EMA’s human medicines committee (CHMP) has started a ‘rolling review’ of data on a vaccine for COVID-19 known as mRNA-1273, which is being developed by Moderna Biotech Spain, S.L. (a subsidiary of Moderna, Inc.).

The CHMP’s decision to start the rolling review of mRNA-1273 is based on preliminary results from non-clinical studies and early clinical studies in adults which suggest that the vaccine triggers the production of antibodies and T cells (cells of the immune system, the body’s natural defences) that target the virus. 
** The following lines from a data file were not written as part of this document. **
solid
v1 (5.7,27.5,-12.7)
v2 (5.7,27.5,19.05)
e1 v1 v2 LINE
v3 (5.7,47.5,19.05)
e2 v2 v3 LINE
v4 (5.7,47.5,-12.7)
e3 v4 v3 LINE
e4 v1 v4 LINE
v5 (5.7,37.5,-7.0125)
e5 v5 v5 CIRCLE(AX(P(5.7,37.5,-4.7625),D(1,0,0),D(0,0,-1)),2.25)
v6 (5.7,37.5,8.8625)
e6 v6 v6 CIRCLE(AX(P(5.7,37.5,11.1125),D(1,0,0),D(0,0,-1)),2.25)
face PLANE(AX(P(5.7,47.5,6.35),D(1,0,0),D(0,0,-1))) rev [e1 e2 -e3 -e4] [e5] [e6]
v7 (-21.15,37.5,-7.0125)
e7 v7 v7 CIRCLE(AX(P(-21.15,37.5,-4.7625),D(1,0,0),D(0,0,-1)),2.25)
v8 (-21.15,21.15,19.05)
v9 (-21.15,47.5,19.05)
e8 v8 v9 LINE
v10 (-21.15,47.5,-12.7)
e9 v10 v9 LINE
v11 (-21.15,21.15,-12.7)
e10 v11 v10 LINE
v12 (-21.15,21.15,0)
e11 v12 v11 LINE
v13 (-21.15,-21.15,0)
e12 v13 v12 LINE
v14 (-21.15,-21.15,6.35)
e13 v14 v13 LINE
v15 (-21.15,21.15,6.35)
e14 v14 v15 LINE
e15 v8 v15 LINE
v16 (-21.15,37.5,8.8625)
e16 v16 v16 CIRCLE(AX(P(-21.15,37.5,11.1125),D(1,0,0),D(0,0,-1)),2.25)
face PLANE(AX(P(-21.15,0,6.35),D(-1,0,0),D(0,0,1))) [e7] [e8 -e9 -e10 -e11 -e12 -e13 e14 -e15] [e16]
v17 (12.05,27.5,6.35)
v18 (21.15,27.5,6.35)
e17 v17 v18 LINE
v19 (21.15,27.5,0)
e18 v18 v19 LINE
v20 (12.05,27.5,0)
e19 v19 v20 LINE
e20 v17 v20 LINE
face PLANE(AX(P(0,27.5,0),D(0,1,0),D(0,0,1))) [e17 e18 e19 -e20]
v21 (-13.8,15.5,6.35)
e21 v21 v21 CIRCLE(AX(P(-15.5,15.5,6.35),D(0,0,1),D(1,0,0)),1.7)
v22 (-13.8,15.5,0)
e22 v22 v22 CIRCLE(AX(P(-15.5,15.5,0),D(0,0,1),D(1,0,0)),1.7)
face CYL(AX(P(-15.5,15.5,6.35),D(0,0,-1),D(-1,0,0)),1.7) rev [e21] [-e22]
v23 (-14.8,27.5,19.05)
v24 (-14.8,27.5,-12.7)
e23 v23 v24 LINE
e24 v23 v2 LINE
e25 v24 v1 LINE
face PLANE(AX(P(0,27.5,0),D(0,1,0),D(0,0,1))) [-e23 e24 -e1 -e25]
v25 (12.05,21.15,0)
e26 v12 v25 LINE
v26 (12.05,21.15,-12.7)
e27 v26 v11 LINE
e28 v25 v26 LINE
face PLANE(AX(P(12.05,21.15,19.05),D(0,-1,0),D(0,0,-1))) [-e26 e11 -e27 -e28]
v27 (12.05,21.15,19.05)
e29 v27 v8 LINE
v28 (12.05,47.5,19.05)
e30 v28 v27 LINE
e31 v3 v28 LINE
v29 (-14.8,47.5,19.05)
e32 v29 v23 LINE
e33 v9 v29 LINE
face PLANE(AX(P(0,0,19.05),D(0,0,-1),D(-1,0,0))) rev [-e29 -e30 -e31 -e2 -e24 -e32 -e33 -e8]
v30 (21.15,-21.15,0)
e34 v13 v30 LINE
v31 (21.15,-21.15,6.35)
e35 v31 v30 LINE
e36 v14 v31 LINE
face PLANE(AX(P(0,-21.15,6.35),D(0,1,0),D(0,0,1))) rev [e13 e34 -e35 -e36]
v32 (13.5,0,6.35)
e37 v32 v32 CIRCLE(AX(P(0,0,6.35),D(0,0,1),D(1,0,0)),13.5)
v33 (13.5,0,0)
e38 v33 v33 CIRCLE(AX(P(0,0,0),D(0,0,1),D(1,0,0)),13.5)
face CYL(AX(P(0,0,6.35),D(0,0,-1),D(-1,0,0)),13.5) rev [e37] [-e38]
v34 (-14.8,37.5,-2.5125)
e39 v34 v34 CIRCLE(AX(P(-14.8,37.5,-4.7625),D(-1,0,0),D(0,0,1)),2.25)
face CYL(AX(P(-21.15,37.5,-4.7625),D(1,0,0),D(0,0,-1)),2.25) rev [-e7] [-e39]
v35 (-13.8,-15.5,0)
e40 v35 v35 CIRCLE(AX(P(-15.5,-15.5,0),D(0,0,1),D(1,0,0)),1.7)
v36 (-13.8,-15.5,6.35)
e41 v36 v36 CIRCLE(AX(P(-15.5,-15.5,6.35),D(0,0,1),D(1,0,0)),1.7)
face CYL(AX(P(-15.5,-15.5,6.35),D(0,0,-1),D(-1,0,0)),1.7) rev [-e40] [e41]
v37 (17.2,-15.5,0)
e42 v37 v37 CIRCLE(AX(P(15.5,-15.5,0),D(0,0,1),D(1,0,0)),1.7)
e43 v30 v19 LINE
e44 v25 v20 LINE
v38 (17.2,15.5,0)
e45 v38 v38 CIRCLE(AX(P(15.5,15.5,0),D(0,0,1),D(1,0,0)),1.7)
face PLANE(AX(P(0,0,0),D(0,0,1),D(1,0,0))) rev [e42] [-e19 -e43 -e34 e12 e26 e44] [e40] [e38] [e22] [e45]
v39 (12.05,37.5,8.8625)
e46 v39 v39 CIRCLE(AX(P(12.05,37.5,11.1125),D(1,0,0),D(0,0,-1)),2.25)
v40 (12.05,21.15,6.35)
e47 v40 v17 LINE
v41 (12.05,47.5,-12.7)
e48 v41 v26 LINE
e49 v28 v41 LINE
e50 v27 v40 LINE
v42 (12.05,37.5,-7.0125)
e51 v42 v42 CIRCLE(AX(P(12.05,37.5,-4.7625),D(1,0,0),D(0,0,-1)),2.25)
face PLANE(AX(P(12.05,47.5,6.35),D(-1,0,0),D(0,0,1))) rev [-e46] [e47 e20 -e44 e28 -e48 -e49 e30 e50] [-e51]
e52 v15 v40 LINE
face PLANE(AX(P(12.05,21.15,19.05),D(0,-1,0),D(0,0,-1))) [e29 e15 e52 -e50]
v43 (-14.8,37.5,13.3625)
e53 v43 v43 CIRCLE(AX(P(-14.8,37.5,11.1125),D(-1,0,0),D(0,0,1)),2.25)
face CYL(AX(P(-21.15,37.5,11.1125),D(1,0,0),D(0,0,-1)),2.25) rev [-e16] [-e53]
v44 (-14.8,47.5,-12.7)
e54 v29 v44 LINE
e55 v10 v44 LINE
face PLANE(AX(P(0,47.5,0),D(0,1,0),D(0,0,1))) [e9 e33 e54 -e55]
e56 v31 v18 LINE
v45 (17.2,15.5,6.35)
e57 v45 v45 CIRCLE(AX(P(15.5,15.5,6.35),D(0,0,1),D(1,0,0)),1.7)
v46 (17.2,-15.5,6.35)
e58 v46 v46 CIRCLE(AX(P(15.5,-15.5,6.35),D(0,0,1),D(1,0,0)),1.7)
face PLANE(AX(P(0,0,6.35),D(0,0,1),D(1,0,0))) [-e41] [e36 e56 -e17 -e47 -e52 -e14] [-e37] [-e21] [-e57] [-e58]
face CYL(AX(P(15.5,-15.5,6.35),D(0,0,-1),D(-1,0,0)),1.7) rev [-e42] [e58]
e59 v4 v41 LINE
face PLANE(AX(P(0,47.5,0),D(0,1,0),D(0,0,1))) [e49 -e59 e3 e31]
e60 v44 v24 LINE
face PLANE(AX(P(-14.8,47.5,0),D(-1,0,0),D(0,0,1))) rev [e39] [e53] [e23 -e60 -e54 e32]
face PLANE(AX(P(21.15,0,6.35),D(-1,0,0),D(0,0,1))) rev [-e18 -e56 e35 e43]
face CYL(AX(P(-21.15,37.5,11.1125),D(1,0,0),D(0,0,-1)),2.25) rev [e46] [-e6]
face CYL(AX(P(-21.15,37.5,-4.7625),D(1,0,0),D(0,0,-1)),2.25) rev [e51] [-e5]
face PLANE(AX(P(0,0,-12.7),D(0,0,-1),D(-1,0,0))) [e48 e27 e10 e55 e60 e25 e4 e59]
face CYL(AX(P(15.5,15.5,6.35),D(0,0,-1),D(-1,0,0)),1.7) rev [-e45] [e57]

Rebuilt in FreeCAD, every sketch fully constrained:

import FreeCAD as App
import Part
import Sketcher
from FreeCAD import Vector


def add_polygon(sketch, points):
    """Adds a closed chain of lines whose ends are joined by coincident constraints."""
    first, n = sketch.GeometryCount, len(points)
    for a, b in zip(points, points[1:] + points[:1]):
        sketch.addGeometry(Part.LineSegment(App.Vector(*a, 0), App.Vector(*b, 0)), False)
    for i in range(n):
        sketch.addConstraint(Sketcher.Constraint("Coincident", first + i, 2, first + (i + 1) % n, 1))

doc = App.newDocument("Part")
body = doc.addObject("PartDesign::Body", "Body")

sketch1 = doc.addObject("Sketcher::SketchObject", "Sketch")
body.addObject(sketch1)
sketch1.AttachmentSupport = (doc.XY_Plane, [""])
sketch1.MapMode = "FlatFace"
add_polygon(sketch1, [(-21.15, 21.15), (-21.15, -21.15), (21.15, -21.15), (21.15, 21.15)])
sketch1.addGeometry(Part.Circle(Vector(-15.5, -15.5, 0), Vector(0, 0, 1), 1.7), False)
sketch1.addGeometry(Part.Circle(Vector(15.5, -15.5, 0), Vector(0, 0, 1), 1.7), False)
sketch1.addGeometry(Part.Circle(Vector(-15.5, 15.5, 0), Vector(0, 0, 1), 1.7), False)
sketch1.addGeometry(Part.Circle(Vector(0, 0, 0), Vector(0, 0, 1), 13.5), False)
sketch1.addGeometry(Part.Circle(Vector(15.5, 15.5, 0), Vector(0, 0, 1), 1.7), False)
sketch1.addConstraint([
    Sketcher.Constraint("Vertical", 0),
    Sketcher.Constraint("Horizontal", 1),
    Sketcher.Constraint("Vertical", 2),
    Sketcher.Constraint("Horizontal", 3),
    Sketcher.Constraint("Coincident", 7, 3, -1, 1),
    Sketcher.Constraint("Equal", 4, 5),
    Sketcher.Constraint("Equal", 5, 6),
    Sketcher.Constraint("Equal", 6, 8),
    Sketcher.Constraint("Symmetric", 5, 3, 6, 3, -1, 1),
    Sketcher.Constraint("Symmetric", 4, 3, 8, 3, -1, 1),
    Sketcher.Constraint("Symmetric", 0, 2, 2, 2, -1, 1),
    Sketcher.Constraint("Symmetric", 4, 3, 5, 3, -2),
    Sketcher.Constraint("Equal", 3, 0),
    Sketcher.Constraint("Diameter", 7, 27.0),
    Sketcher.Constraint("Diameter", 4, 3.4),
    Sketcher.Constraint("DistanceX", 1, 1, 1, 2, 42.3),
    Sketcher.Constraint("DistanceX", 4, 3, 5, 3, 31.0),
    Sketcher.Constraint("DistanceY", 4, 3, 6, 3, 31.0),
])
pad1 = doc.addObject("PartDesign::Pad", "Pad")
body.addObject(pad1)
pad1.Profile = sketch1
pad1.Length = 6.35

sketch2 = doc.addObject("Sketcher::SketchObject", "Sketch001")
body.addObject(sketch2)
sketch2.AttachmentSupport = (doc.XZ_Plane, [""])
sketch2.MapMode = "FlatFace"
sketch2.AttachmentOffset = App.Placement(Vector(0, 0, -21.15), App.Rotation())
add_polygon(sketch2, [(-21.15, 0), (-21.15, 6.35), (21.15, 6.35), (21.15, 0)])
sketch2.addConstraint([
    Sketcher.Constraint("Vertical", 0),
    Sketcher.Constraint("Horizontal", 1),
    Sketcher.Constraint("Vertical", 2),
    Sketcher.Constraint("Horizontal", 3),
    Sketcher.Constraint("Symmetric", 2, 2, 3, 2, -1, 1),
    Sketcher.Constraint("DistanceX", 1, 1, 1, 2, 42.3),
    Sketcher.Constraint("DistanceY", 0, 1, 0, 2, 6.35),
])
pad2 = doc.addObject("PartDesign::Pad", "Pad001")
body.addObject(pad2)
pad2.Profile = sketch2
pad2.Length = 6.35
pad2.Reversed = True

sketch3 = doc.addObject("Sketcher::SketchObject", "Sketch002")
body.addObject(sketch3)
sketch3.AttachmentSupport = (doc.XZ_Plane, [""])
sketch3.MapMode = "FlatFace"
sketch3.AttachmentOffset = App.Placement(Vector(0, 0, -27.5), App.Rotation())
add_polygon(sketch3, [(-21.15, 0), (-21.15, 6.35), (-14.8, 6.35), (-14.8, 0)])
add_polygon(sketch3, [(5.7, 0), (5.7, 6.35), (12.05, 6.35), (12.05, 0)])
sketch3.addConstraint([
    Sketcher.Constraint("Vertical", 0),
    Sketcher.Constraint("Horizontal", 1),
    Sketcher.Constraint("Vertical", 2),
    Sketcher.Constraint("Horizontal", 3),
    Sketcher.Constraint("Vertical", 4),
    Sketcher.Constraint("Horizontal", 5),
    Sketcher.Constraint("Vertical", 6),
    Sketcher.Constraint("Horizontal", 7),
    Sketcher.Constraint("PointOnObject", 2, 2, -1),
    Sketcher.Constraint("PointOnObject", 6, 2, -1),
    Sketcher.Constraint("Horizontal", 1, 2, 4, 2),
    Sketcher.Constraint("Equal", 3, 5),
    Sketcher.Constraint("Equal", 7, 0),
    Sketcher.Constraint("DistanceX", 1, 1, 1, 2, 6.35),
    Sketcher.Constraint("DistanceX", 1, 2, -1, 1, 14.8),
    Sketcher.Constraint("DistanceX", -1, 1, 4, 2, 5.7),
])
pad3 = doc.addObject("PartDesign::Pad", "Pad002")
body.addObject(pad3)
pad3.Profile = sketch3
pad3.Length = 20
pad3.Reversed = True

sketch4 = doc.addObject("Sketcher::SketchObject", "Sketch003")
body.addObject(sketch4)
sketch4.AttachmentSupport = (doc.XY_Plane, [""])
sketch4.MapMode = "FlatFace"
add_polygon(sketch4, [(12.05, 47.5), (12.05, 21.15), (-21.15, 21.15), (-21.15, 47.5), (-14.8, 47.5), (-14.8, 27.5), (5.7, 27.5), (5.7, 47.5)])
sketch4.addConstraint([
    Sketcher.Constraint("Vertical", 0),
    Sketcher.Constraint("Horizontal", 1),
    Sketcher.Constraint("Vertical", 2),
    Sketcher.Constraint("Horizontal", 3),
    Sketcher.Constraint("Vertical", 4),
    Sketcher.Constraint("Horizontal", 5),
    Sketcher.Constraint("Vertical", 6),
    Sketcher.Constraint("Horizontal", 7),
    Sketcher.Constraint("Horizontal", 3, 2, 6, 2),
    Sketcher.Constraint("Equal", 3, 7),
    Sketcher.Constraint("DistanceY", 4, 2, 4, 1, 20.0),
    Sketcher.Constraint("DistanceX", 1, 2, 1, 1, 33.2),
    Sketcher.Constraint("DistanceX", 5, 1, 5, 2, 20.5),
    Sketcher.Constraint("DistanceY", 0, 2, 0, 1, 26.35),
    Sketcher.Constraint("DistanceY", -1, 1, 2, 2, 47.5),
    Sketcher.Constraint("DistanceX", 3, 2, -1, 1, 14.8),
])
pad4 = doc.addObject("PartDesign::Pad", "Pad003")
body.addObject(pad4)
pad4.Profile = sketch4
pad4.Type = "TwoLengths"
pad4.Length = 12.7
pad4.Length2 = 19.05
pad4.Reversed = True

sketch5 = doc.addObject("Sketcher::SketchObject", "Sketch004")
body.addObject(sketch5)
sketch5.AttachmentSupport = (doc.YZ_Plane, [""])
sketch5.MapMode = "FlatFace"
sketch5.AttachmentOffset = App.Placement(Vector(0, 0, 12.05), App.Rotation())
sketch5.addGeometry([
    Part.Circle(Vector(37.5, -4.7625, 0), Vector(0, 0, 1), 2.25),
    Part.Circle(Vector(37.5, 11.1125, 0), Vector(0, 0, 1), 2.25),
], False)
sketch5.addConstraint([
    Sketcher.Constraint("Equal", 0, 1),
    Sketcher.Constraint("Vertical", 0, 3, 1, 3),
    Sketcher.Constraint("Diameter", 0, 4.5),
    Sketcher.Constraint("DistanceX", -1, 1, 0, 3, 37.5),
    Sketcher.Constraint("DistanceY", 0, 3, 1, 3, 15.875),
    Sketcher.Constraint("DistanceY", 0, 3, -1, 1, 4.7625),
])
pocket1 = doc.addObject("PartDesign::Pocket", "Pocket")
body.addObject(pocket1)
pocket1.Profile = sketch5
pocket1.Type = "ThroughAll"

doc.recompute()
The Committee has started evaluating the first batch of data on the vaccine, which come from laboratory studies (non-clinical data). Large-scale clinical trials involving several thousands of people are ongoing, and results are expected shortly. These results will provide information on how effective the vaccine is in protecting people against COVID-19 and will be assessed once submitted to the agency. All the available data on the safety of the vaccine as well as its pharmaceutical quality (such as its ingredients, the way it is produced, stability and storage conditions) will also be reviewed as they become available.

The rolling review will continue until enough evidence is available to support a formal marketing authorisation application.

EMA will assess the vaccine’s compliance to the usual standards for effectiveness, safety and quality. While the overall review timeline cannot be forecast yet, the process should be shorter than a regular evaluation due to the time gained during the rolling review.